▶ Data under study:
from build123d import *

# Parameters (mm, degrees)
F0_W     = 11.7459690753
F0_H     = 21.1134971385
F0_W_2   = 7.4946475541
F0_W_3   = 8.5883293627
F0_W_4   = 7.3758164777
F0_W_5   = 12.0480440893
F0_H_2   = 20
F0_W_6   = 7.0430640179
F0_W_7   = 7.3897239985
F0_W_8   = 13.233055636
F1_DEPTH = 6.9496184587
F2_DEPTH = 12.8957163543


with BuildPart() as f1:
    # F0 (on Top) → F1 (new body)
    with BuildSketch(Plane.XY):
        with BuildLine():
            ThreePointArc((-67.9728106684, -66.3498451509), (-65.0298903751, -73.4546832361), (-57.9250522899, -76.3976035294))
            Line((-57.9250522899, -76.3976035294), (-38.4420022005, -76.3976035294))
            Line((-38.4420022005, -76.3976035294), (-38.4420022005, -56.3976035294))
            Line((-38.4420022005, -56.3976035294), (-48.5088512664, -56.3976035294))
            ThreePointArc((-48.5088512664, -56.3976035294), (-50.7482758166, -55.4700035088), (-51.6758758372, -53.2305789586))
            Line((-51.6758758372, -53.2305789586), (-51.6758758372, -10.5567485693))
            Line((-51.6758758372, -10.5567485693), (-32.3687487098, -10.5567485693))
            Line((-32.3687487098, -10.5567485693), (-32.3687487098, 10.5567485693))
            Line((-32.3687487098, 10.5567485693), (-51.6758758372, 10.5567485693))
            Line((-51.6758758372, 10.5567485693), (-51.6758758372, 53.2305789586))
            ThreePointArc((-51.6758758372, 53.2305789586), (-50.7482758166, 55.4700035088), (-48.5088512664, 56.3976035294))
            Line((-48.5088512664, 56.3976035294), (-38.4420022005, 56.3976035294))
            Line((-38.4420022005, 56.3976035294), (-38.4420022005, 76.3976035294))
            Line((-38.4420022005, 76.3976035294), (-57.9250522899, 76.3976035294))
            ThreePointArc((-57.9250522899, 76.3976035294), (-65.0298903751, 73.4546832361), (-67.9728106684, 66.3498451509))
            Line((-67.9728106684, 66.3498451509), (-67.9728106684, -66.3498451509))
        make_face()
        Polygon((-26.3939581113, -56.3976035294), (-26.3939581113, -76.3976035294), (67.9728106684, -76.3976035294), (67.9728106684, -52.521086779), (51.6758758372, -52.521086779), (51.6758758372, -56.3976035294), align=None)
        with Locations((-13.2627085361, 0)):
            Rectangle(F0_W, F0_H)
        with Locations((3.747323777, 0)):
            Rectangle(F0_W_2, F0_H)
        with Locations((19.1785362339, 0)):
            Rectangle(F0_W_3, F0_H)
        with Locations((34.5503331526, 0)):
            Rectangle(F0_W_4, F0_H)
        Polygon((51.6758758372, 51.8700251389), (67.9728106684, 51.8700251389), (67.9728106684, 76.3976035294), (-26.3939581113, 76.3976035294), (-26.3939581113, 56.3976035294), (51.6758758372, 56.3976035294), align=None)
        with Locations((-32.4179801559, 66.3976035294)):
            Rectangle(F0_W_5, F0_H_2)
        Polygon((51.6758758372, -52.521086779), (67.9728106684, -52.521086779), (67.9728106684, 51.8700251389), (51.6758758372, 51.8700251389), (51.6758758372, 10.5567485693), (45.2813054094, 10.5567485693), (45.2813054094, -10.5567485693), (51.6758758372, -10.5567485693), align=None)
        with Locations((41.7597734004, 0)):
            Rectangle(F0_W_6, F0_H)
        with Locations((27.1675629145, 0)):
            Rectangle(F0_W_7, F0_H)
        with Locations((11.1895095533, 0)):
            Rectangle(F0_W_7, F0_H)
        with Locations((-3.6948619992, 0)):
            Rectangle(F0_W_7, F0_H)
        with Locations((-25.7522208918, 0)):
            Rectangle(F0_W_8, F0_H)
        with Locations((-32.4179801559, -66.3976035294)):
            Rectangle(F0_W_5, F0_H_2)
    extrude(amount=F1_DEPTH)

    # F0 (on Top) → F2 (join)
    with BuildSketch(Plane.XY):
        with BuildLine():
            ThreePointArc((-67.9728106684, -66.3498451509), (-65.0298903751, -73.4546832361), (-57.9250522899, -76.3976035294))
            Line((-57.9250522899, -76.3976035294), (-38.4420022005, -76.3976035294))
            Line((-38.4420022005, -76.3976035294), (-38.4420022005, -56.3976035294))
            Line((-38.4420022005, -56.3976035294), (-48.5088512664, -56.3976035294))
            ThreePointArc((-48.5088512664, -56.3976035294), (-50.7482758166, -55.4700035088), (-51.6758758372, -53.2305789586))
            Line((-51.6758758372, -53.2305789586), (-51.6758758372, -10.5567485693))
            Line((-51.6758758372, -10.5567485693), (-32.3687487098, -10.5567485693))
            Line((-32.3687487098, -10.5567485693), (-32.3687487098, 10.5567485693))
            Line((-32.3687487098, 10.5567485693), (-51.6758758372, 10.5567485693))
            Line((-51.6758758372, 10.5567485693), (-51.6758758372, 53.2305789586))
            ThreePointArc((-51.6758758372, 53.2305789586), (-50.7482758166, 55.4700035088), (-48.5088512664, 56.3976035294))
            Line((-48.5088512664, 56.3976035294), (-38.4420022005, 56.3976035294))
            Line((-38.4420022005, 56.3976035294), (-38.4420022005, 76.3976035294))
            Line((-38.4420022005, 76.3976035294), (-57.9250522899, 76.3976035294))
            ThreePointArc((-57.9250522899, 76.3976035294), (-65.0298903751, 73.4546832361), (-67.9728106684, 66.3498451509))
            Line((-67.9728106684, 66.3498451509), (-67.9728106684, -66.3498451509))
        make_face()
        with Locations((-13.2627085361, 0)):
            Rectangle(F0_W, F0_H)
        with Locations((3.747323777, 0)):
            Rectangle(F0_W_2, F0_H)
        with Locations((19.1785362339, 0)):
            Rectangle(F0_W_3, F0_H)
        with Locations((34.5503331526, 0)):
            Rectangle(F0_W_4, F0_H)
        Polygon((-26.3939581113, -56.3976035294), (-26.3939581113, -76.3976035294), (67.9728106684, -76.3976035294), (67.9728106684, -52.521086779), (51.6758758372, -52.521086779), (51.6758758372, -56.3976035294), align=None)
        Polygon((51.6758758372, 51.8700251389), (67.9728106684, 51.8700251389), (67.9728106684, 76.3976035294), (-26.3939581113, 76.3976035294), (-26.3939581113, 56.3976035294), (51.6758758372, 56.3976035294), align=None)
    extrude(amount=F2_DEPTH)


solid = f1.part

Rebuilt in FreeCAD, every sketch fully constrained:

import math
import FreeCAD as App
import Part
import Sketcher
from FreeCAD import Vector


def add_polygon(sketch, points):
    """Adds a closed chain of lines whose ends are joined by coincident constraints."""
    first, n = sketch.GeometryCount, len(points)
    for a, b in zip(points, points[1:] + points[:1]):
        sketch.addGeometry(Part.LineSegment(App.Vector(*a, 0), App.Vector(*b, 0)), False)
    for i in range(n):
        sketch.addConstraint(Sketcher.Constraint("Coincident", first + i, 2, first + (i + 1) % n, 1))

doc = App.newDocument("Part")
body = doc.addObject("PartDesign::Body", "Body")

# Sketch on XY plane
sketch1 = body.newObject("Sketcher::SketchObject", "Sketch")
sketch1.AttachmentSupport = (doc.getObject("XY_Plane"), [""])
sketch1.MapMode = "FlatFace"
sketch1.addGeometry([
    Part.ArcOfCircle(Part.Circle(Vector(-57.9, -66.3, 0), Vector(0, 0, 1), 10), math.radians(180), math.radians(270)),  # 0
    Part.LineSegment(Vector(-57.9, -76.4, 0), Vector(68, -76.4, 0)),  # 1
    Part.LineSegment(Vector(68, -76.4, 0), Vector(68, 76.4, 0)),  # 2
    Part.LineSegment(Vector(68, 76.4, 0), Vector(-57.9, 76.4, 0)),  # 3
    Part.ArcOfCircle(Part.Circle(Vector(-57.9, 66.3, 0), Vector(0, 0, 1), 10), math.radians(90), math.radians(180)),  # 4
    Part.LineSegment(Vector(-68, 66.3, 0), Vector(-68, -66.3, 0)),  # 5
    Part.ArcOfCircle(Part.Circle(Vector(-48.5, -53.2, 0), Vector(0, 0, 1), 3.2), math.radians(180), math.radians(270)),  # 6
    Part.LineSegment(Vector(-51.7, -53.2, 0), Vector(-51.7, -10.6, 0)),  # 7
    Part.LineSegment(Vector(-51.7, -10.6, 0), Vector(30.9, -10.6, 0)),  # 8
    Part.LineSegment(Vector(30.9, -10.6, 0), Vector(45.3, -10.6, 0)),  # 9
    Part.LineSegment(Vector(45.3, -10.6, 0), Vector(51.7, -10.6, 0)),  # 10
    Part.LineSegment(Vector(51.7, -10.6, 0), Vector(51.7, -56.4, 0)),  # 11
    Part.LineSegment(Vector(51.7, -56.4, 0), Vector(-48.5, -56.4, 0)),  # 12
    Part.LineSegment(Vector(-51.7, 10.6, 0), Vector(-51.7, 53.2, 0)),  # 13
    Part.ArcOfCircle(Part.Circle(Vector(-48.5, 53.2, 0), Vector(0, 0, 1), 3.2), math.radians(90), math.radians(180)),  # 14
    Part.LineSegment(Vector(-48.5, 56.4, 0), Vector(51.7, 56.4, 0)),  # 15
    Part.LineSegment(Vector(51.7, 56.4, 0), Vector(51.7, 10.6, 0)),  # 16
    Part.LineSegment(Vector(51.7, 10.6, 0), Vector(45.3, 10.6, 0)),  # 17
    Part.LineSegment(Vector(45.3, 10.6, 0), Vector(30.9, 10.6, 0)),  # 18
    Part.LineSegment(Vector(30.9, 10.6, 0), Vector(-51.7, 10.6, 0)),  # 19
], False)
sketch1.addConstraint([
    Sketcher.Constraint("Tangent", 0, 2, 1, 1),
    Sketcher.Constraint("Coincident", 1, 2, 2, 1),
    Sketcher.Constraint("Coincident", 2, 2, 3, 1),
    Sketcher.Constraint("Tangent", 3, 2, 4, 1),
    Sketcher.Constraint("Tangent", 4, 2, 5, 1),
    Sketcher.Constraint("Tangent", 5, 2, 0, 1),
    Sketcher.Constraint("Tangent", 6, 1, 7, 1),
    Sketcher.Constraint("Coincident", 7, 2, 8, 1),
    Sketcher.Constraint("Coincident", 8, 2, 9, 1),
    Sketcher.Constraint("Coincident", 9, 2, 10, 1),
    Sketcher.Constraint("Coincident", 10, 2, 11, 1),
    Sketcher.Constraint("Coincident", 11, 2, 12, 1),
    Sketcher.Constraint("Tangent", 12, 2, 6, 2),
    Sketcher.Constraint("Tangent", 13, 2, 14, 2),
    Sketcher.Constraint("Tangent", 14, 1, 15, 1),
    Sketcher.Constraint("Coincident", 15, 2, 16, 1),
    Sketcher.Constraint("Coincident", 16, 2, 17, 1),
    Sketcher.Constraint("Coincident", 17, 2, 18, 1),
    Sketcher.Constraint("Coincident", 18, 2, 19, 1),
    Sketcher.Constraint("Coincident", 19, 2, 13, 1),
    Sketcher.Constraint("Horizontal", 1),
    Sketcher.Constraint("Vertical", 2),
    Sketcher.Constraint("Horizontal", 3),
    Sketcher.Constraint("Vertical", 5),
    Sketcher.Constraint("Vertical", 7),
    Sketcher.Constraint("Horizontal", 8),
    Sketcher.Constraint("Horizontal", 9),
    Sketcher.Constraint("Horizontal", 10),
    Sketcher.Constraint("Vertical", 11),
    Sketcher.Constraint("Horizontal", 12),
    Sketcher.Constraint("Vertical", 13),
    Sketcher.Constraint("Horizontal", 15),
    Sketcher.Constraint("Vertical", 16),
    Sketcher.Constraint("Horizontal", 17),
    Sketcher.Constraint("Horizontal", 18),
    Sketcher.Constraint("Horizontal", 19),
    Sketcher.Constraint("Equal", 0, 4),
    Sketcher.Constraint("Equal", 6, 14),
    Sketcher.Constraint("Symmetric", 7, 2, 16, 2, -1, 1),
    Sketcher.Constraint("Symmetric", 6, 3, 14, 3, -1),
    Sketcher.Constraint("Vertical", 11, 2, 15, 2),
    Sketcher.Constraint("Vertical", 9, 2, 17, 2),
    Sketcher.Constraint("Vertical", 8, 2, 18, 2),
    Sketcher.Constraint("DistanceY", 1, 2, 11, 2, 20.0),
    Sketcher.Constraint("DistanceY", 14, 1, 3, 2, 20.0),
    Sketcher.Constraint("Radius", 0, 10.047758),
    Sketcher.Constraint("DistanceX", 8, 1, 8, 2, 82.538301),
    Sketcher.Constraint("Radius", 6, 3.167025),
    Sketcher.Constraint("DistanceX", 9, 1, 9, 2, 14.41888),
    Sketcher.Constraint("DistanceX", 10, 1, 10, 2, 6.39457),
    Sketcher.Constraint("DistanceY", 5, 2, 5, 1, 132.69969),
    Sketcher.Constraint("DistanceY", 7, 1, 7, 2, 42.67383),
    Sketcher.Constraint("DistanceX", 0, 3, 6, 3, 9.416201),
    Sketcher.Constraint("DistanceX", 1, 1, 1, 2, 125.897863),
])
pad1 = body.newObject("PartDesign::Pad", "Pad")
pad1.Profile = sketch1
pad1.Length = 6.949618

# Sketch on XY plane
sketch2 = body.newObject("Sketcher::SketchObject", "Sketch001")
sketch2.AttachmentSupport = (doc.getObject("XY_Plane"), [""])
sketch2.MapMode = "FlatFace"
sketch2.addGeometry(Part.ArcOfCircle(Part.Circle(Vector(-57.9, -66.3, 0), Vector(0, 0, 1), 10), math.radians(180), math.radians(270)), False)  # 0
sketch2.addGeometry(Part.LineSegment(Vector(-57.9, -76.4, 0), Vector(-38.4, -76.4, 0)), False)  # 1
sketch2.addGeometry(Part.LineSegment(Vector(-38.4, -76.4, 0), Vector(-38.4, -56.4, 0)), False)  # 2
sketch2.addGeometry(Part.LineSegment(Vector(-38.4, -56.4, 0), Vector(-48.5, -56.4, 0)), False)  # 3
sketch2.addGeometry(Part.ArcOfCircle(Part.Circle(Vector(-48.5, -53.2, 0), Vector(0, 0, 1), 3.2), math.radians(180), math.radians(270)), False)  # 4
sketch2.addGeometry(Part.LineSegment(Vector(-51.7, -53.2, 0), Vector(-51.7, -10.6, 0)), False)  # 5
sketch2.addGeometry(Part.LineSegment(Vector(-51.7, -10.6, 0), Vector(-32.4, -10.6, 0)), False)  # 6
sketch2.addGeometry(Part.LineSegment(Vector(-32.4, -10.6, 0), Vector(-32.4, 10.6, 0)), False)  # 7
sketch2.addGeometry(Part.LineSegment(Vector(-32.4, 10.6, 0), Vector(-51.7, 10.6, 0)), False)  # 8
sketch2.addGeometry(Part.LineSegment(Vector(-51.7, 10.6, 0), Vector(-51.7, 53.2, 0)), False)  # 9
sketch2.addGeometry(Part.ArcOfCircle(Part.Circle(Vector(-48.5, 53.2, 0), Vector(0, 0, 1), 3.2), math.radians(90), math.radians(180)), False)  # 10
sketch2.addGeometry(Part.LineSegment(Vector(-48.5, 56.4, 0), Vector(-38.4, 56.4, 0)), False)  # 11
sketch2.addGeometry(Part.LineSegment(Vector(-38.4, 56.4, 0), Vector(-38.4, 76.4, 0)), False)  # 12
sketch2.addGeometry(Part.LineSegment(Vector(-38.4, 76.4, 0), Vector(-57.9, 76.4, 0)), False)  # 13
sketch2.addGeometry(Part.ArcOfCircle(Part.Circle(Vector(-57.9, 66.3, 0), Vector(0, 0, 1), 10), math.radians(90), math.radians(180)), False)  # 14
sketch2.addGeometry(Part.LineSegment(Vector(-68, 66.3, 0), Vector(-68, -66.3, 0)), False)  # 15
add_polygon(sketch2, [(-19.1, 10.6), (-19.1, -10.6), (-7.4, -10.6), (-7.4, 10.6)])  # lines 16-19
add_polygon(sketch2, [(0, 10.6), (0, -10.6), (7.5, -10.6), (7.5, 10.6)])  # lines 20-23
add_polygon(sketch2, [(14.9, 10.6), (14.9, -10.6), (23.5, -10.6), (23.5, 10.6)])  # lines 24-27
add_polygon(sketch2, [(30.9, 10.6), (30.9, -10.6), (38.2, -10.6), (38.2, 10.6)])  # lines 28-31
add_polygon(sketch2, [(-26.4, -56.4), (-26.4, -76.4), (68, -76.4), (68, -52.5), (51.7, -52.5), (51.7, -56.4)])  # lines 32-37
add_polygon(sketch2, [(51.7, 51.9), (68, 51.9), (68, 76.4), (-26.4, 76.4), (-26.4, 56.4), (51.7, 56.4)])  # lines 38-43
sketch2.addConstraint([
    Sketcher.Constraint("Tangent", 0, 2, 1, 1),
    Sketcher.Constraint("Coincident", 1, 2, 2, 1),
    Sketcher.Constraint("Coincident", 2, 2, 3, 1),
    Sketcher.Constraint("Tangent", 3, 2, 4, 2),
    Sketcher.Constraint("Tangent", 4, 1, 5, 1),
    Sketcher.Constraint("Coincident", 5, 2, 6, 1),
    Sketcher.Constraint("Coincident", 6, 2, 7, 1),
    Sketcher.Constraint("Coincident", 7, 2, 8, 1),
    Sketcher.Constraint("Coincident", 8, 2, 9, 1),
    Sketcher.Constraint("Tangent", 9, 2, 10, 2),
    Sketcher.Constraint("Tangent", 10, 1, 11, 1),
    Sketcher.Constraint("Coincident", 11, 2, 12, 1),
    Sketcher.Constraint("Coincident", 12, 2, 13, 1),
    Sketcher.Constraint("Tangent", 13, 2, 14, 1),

▶ Action item: Exactly as they appear, please write out the lines from the opening of the listing above down to the line containing "with BuildPart() as", with both end lines included.

▶ Written answer:
from build123d import *

# Parameters (mm, degrees)
F0_W     = 11.7459690753
F0_H     = 21.1134971385
F0_W_2   = 7.4946475541
F0_W_3   = 8.5883293627
F0_W_4   = 7.3758164777
F0_W_5   = 12.0480440893
F0_H_2   = 20
F0_W_6   = 7.0430640179
F0_W_7   = 7.3897239985
F0_W_8   = 13.233055636
F1_DEPTH = 6.9496184587
F2_DEPTH = 12.8957163543


with BuildPart() as f1:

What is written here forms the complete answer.